*** Begin section ***

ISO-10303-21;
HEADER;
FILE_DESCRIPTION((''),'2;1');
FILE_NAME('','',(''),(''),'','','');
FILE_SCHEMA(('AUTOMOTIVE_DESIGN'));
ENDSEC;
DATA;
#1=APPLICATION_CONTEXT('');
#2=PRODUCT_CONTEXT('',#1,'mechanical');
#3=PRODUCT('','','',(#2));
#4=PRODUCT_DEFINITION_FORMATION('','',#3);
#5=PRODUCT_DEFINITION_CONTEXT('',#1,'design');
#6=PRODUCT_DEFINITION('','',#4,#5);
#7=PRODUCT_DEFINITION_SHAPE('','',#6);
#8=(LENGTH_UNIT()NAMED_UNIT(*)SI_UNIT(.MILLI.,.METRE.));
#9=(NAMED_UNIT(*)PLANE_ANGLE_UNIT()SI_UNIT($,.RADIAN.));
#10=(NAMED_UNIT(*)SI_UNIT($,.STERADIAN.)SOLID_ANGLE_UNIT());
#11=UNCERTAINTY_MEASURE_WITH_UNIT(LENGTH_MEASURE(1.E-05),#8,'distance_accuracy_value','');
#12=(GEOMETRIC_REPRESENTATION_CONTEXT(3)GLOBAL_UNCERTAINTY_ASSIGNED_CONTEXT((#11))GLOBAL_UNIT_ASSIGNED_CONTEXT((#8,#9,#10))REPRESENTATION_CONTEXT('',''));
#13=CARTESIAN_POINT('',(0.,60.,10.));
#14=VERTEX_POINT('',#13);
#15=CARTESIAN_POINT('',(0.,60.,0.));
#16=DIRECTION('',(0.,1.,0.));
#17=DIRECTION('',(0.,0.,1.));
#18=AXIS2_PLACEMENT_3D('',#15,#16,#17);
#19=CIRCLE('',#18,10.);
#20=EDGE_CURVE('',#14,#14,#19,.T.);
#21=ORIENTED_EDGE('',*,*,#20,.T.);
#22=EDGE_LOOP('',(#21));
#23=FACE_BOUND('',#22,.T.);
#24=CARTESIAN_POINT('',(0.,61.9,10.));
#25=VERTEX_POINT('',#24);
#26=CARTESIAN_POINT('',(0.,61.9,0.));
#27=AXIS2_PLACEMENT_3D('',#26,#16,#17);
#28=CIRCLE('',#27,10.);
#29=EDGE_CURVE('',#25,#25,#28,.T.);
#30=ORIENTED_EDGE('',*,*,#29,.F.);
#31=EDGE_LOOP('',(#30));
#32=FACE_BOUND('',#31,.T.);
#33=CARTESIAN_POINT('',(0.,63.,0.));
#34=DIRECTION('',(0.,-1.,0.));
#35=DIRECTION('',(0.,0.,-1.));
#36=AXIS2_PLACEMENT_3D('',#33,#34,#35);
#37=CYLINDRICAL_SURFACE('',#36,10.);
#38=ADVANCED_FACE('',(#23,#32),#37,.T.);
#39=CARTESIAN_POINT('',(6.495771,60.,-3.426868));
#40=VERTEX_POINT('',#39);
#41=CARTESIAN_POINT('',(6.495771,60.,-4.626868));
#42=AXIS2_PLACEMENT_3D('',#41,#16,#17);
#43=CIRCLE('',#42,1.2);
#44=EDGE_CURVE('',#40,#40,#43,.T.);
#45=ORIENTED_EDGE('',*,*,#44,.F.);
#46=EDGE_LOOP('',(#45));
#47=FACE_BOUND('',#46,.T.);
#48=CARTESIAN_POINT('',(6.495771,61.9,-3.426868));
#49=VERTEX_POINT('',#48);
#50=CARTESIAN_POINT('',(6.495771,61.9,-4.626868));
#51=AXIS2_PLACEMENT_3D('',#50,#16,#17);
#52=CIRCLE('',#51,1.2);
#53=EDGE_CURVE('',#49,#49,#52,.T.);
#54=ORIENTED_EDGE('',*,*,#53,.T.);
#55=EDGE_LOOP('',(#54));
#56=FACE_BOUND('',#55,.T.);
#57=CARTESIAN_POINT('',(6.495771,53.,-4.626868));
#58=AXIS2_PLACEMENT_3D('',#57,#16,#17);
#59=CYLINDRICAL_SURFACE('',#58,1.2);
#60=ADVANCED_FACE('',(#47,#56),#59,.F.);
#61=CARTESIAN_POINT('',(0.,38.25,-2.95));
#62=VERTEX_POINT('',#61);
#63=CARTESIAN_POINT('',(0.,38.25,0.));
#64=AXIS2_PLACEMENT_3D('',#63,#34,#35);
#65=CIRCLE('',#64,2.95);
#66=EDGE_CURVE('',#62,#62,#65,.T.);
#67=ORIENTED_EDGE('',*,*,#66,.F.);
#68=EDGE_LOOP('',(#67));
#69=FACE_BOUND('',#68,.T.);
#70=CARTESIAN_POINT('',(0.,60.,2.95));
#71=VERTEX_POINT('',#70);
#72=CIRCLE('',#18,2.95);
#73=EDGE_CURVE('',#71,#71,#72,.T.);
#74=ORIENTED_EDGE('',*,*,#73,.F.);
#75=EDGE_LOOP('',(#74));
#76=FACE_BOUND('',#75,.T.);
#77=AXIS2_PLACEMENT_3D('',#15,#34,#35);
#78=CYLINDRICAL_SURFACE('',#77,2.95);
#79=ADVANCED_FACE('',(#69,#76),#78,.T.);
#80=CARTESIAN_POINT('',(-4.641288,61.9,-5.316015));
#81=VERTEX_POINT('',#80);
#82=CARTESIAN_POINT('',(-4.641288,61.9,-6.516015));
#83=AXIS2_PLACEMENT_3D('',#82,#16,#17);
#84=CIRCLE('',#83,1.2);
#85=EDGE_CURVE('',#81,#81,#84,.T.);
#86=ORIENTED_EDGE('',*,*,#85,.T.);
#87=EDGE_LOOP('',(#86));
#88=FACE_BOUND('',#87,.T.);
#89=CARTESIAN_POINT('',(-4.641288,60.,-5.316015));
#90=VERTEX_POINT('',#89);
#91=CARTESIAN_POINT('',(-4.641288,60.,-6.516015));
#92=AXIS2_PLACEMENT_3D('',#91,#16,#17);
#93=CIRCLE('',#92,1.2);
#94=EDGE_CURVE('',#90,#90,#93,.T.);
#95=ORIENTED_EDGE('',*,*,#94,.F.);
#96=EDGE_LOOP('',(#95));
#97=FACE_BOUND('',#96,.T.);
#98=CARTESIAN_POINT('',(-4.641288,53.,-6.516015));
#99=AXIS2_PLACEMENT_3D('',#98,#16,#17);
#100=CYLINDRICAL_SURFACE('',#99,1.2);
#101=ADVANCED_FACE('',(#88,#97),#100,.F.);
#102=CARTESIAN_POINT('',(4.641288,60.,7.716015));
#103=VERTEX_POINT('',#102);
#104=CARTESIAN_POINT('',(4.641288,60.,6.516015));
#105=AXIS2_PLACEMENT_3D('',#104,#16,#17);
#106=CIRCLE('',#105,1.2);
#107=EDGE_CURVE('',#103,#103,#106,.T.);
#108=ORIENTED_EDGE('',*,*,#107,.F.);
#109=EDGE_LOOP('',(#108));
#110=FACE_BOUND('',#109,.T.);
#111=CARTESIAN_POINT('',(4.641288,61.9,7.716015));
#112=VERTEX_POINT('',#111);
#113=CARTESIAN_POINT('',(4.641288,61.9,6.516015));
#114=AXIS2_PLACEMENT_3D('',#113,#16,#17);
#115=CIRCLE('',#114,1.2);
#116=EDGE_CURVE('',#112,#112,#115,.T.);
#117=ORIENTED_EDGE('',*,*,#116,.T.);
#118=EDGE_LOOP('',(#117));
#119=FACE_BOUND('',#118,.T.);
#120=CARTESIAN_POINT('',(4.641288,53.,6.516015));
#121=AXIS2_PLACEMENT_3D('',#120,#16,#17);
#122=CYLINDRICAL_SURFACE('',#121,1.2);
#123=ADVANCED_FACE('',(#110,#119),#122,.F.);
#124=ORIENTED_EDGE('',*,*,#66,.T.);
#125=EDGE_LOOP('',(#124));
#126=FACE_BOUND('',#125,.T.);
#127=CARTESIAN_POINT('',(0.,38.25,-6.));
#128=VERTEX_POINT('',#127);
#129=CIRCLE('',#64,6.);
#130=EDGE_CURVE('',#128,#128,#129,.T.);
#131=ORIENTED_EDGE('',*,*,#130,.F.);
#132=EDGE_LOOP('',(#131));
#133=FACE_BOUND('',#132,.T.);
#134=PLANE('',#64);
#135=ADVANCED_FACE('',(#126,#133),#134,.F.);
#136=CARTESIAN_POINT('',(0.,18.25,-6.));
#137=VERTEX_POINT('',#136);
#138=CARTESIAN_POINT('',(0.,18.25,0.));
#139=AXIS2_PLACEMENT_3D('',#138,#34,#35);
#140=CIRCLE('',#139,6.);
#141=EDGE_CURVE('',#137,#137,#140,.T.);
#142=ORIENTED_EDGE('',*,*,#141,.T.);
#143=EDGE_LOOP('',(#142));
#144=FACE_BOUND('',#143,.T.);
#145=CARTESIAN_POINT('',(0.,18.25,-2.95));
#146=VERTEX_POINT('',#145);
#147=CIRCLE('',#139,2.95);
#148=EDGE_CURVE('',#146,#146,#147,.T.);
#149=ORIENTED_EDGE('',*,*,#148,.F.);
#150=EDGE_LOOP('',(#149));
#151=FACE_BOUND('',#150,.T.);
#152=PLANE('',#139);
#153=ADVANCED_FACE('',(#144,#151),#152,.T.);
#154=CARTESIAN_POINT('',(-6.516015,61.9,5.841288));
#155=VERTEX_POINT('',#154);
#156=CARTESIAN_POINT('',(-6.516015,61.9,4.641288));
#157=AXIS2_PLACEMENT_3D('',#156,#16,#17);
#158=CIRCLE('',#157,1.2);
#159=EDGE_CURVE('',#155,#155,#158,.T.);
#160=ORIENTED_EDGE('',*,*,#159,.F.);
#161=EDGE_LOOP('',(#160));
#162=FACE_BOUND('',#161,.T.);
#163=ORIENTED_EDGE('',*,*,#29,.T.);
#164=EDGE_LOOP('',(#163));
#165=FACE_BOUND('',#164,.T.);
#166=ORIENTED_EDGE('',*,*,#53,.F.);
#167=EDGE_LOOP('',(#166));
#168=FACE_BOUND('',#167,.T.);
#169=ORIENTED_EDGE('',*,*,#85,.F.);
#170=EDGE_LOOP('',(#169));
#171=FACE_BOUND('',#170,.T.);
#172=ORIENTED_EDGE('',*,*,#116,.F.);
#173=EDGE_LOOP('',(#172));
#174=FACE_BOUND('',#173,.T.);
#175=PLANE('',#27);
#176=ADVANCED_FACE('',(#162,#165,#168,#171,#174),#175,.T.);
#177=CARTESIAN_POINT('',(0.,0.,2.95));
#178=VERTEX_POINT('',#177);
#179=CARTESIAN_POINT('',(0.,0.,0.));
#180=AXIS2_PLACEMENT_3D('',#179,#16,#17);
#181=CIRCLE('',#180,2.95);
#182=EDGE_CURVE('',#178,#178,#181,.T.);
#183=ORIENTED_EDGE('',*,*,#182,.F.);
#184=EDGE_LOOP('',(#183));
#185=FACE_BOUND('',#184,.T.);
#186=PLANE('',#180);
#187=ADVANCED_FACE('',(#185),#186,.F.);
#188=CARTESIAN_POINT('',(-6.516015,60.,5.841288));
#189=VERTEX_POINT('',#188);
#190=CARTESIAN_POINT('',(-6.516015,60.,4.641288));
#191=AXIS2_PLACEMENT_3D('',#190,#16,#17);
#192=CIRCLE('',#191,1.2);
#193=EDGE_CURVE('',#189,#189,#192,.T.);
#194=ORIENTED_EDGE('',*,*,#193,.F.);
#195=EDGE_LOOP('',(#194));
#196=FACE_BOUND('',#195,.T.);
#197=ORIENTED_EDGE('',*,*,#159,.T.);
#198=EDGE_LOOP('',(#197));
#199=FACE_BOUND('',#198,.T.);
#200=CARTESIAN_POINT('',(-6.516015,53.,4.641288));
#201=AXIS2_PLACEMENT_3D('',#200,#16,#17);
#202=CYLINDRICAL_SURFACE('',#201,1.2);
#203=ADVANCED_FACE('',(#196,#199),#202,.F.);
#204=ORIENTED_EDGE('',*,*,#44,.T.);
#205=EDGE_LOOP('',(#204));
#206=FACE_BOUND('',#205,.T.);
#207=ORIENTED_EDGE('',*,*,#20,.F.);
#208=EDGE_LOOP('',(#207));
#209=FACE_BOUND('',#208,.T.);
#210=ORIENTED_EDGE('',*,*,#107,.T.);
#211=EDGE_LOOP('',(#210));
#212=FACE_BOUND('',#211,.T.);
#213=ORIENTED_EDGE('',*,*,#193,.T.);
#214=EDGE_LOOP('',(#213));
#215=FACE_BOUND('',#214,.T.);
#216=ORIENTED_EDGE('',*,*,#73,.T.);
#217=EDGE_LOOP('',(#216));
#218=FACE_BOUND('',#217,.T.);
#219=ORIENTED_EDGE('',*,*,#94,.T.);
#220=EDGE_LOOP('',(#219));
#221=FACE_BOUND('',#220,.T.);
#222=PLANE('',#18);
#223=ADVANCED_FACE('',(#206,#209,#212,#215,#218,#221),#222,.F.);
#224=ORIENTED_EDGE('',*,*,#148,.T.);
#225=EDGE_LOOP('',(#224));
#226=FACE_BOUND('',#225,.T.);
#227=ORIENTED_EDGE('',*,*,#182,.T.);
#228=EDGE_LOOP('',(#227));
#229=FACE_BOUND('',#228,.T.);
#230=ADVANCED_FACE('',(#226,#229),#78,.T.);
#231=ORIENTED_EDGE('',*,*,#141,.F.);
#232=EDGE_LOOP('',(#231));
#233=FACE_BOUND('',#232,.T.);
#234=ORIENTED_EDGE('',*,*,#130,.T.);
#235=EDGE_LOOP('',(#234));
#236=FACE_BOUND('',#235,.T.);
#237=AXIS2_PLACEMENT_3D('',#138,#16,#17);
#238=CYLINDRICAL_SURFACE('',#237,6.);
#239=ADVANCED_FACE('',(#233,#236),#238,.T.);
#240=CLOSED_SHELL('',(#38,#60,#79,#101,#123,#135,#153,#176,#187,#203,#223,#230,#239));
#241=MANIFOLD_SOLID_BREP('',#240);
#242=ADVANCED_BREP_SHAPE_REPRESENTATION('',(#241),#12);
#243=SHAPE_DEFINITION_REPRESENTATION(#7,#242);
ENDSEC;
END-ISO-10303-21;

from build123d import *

# Parameters (mm, degrees)
ESQUISSE1_R             = 2.95
BOSS_EXTRU_1_DEPTH      = 60
ESQUISSE2_R             = 10
BOSS_EXTRU_2_DEPTH      = 3
ESQUISSE3_R             = 1.2
ENL_V_MAT_EXTRU_1_DEPTH = 10
ESQUISSE4_R             = 10
ESQUISSE4_R_2           = 1.2
ENL_V_MAT_EXTRU_2_DEPTH = 1.1
ESQUISSE5_R             = 6
BOSS_EXTRU_3_DEPTH      = 20


with BuildPart() as part:
    # Esquisse1 → Boss.-Extru.1 (new body)
    with BuildSketch(Plane(origin=(0, 0, 0), x_dir=(1, 0, 0), z_dir=(0, 1, 0))):
        with Locations(Location((0, 0, 0), (0, 0, 270))):
            Circle(ESQUISSE1_R)
    extrude(amount=BOSS_EXTRU_1_DEPTH)

    # Esquisse2 → Boss.-Extru.2 (add)
    with BuildSketch(Plane(origin=(0, 60, 0), x_dir=(1, 0, 0), z_dir=(0, 1, 0))):
        with Locations(Location((0, 0, 0), (0, 0, 270))):
            Circle(ESQUISSE2_R)
    extrude(amount=BOSS_EXTRU_2_DEPTH)

    # Esquisse3 → Enlèv. mat.-Extru.1 (cut)
    with BuildSketch(Plane(origin=(0, 63, 0), x_dir=(1, 0, 0), z_dir=(0, 1, 0))):
        with BuildLine():
            ThreePointArc((-5.538612634, -3.945094433), (-7.212207999, -3.663885339), (-7.493417094, -5.337480704))
            Line((-7.493417094, -5.337480704), (-6.516014864, -4.641287568))
            Line((-6.516014864, -4.641287568), (-5.538612634, -3.945094433))
        make_face()
        with BuildLine():
            Line((-6.516014864, -4.641287568), (-7.493417094, -5.337480704))
            ThreePointArc((-7.493417094, -5.337480704), (-6.150558078, -5.784284216), (-5.316014864, -4.641287568))
            ThreePointArc((-5.316014864, -4.641287568), (-5.373018216, -4.275830783), (-5.538612634, -3.945094433))
            Line((-5.538612634, -3.945094433), (-6.516014864, -4.641287568))
        make_face()
        with BuildLine():
            ThreePointArc((-3.441287568, 6.516014864), (-4.091483859, 7.582652516), (-5.337480704, 7.493417094))
            Line((-5.337480704, 7.493417094), (-4.641287568, 6.516014864))
            Line((-4.641287568, 6.516014864), (-3.945094433, 5.538612634))
            ThreePointArc((-3.945094433, 5.538612634), (-3.574649916, 5.966211155), (-3.441287568, 6.516014864))
        make_face()
        with BuildLine():
            Line((-4.641287568, 6.516014864), (-5.337480704, 7.493417094))
            ThreePointArc((-5.337480704, 7.493417094), (-5.618689798, 5.819821729), (-3.945094433, 5.538612634))
            Line((-3.945094433, 5.538612634), (-4.641287568, 6.516014864))
        make_face()
        with BuildLine():
            ThreePointArc((3.945094433, -5.538612634), (3.663885339, -7.212207999), (5.337480704, -7.493417094))
            Line((5.337480704, -7.493417094), (4.641287568, -6.516014864))
            Line((4.641287568, -6.516014864), (3.945094433, -5.538612634))
        make_face()
        with BuildLine():
            Line((4.641287568, -6.516014864), (5.337480704, -7.493417094))
            ThreePointArc((5.337480704, -7.493417094), (5.707925221, -7.065818573), (5.841287568, -6.516014864))
            ThreePointArc((5.841287568, -6.516014864), (5.191091278, -5.449377212), (3.945094433, -5.538612634))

*** End section ***

> YOUR GOAL: Copy the stretch of the records above that runs from the line with "#79=ADVANCED_FACE('',(#69,#76),#78,.T.);" through the line with "#103=VERTEX_POINT('',#102);". Both end lines belong in the copy, and nothing else does.

> ANSWER SPACE:
#79=ADVANCED_FACE('',(#69,#76),#78,.T.);
#80=CARTESIAN_POINT('',(-4.641288,61.9,-5.316015));
#81=VERTEX_POINT('',#80);
#82=CARTESIAN_POINT('',(-4.641288,61.9,-6.516015));
#83=AXIS2_PLACEMENT_3D('',#82,#16,#17);
#84=CIRCLE('',#83,1.2);
#85=EDGE_CURVE('',#81,#81,#84,.T.);
#86=ORIENTED_EDGE('',*,*,#85,.T.);
#87=EDGE_LOOP('',(#86));
#88=FACE_BOUND('',#87,.T.);
#89=CARTESIAN_POINT('',(-4.641288,60.,-5.316015));
#90=VERTEX_POINT('',#89);
#91=CARTESIAN_POINT('',(-4.641288,60.,-6.516015));
#92=AXIS2_PLACEMENT_3D('',#91,#16,#17);
#93=CIRCLE('',#92,1.2);
#94=EDGE_CURVE('',#90,#90,#93,.T.);
#95=ORIENTED_EDGE('',*,*,#94,.F.);
#96=EDGE_LOOP('',(#95));
#97=FACE_BOUND('',#96,.T.);
#98=CARTESIAN_POINT('',(-4.641288,53.,-6.516015));
#99=AXIS2_PLACEMENT_3D('',#98,#16,#17);
#100=CYLINDRICAL_SURFACE('',#99,1.2);
#101=ADVANCED_FACE('',(#88,#97),#100,.F.);
#102=CARTESIAN_POINT('',(4.641288,60.,7.716015));
#103=VERTEX_POINT('',#102);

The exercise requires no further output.